La magia se extendió hasta el jueves 17, en la galería Los pasos perdidos de la Biblioteca Nacional José Martí. Allí, la ausencia de trovadores la suplieron las hijas de Valtierra, Ilce y Erika, quienes acompañaron a su padre interpretando las composiciones, sin guitarra pero con mucho deseo. Y es que desde niñas no conocieron otras nanas que los cantos del cubano.
Licenciados en bibliotecología, historiadores, trabajadores de mantenimiento, empleadas de la cafetería, cubanas y cubanos diversos, jóvenes y viejos, narraron anécdotas de su vida vinculadas a Silvio, se acercaron al micrófono y cantaron, mientras que otros se agruparon para imitar con sus gargantas los sonidos de la guitarra, de la clave, o del bongó.

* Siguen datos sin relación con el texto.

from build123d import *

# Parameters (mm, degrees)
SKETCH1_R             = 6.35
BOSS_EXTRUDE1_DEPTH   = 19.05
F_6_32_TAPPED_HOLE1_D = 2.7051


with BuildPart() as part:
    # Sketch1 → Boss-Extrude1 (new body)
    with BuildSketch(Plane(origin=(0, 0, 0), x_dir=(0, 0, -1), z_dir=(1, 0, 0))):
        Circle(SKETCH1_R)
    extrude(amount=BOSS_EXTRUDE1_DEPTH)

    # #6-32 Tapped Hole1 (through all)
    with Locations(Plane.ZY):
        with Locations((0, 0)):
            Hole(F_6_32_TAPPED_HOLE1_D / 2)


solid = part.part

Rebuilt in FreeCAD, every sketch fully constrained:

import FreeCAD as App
import Part
import Sketcher
from FreeCAD import Vector
Q = App.Units.Quantity

doc = App.newDocument("Part")
body = doc.addObject("PartDesign::Body", "Body")

# Sketch on YZ plane
sketch1 = body.newObject("Sketcher::SketchObject", "Sketch")
sketch1.AttachmentSupport = (doc.getObject("YZ_Plane"), [""])
sketch1.MapMode = "FlatFace"
sketch1.addGeometry(Part.Circle(Vector(0, 0, 0), Vector(0, 0, 1), 6.35), False)
sketch1.addConstraint([
    Sketcher.Constraint("Coincident", 0, 3, -1, 1),
    Sketcher.Constraint("Diameter", 0, Q("0.5 in")),
])
pad1 = body.newObject("PartDesign::Pad", "Pad")
pad1.Profile = sketch1
pad1.Length = Q("0.75 in")

# Sketch on YZ plane
sketch2 = body.newObject("Sketcher::SketchObject", "Sketch001")
sketch2.AttachmentSupport = (doc.getObject("YZ_Plane"), [""])
sketch2.MapMode = "FlatFace"
sketch2.addGeometry(Part.Circle(Vector(0, 0, 0), Vector(0, 0, 1), 1.35255), False)
sketch2.addConstraint([
    Sketcher.Constraint("Coincident", 0, 3, -1, 1),
    Sketcher.Constraint("Diameter", 0, Q("0.1065 in")),
])
doc.recompute()
hole = body.newObject("PartDesign::Hole", "Hole")
hole.Profile = sketch2
hole.ThreadType = "None"
hole.Diameter = Q("0.1065 in")
hole.DepthType = "ThroughAll"
hole.Reversed = True

doc.recompute()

“Hoy le dimos un duro golpe al reguetón”, comentó como para sí uno de los asistentes a la presentación, quien se retiró del salón tarareando “La era”, con un libro de Valtierra bajo el brazo.
No podía ser de otra manera. Si alguien merecía el honor de ganar un premio dedicado al aporte de las artes en América Latina, ese debía ser nuestro Silvio. Él, junto a otros como Violeta Parra, Victor Jara, Mercedes Sosa y Zitarrosa, conforma ese coro de voces imprescindible si se desea configurar un panorama musical y social de las reivindicaciones de los pueblos latinoamericanos en el siglo XX.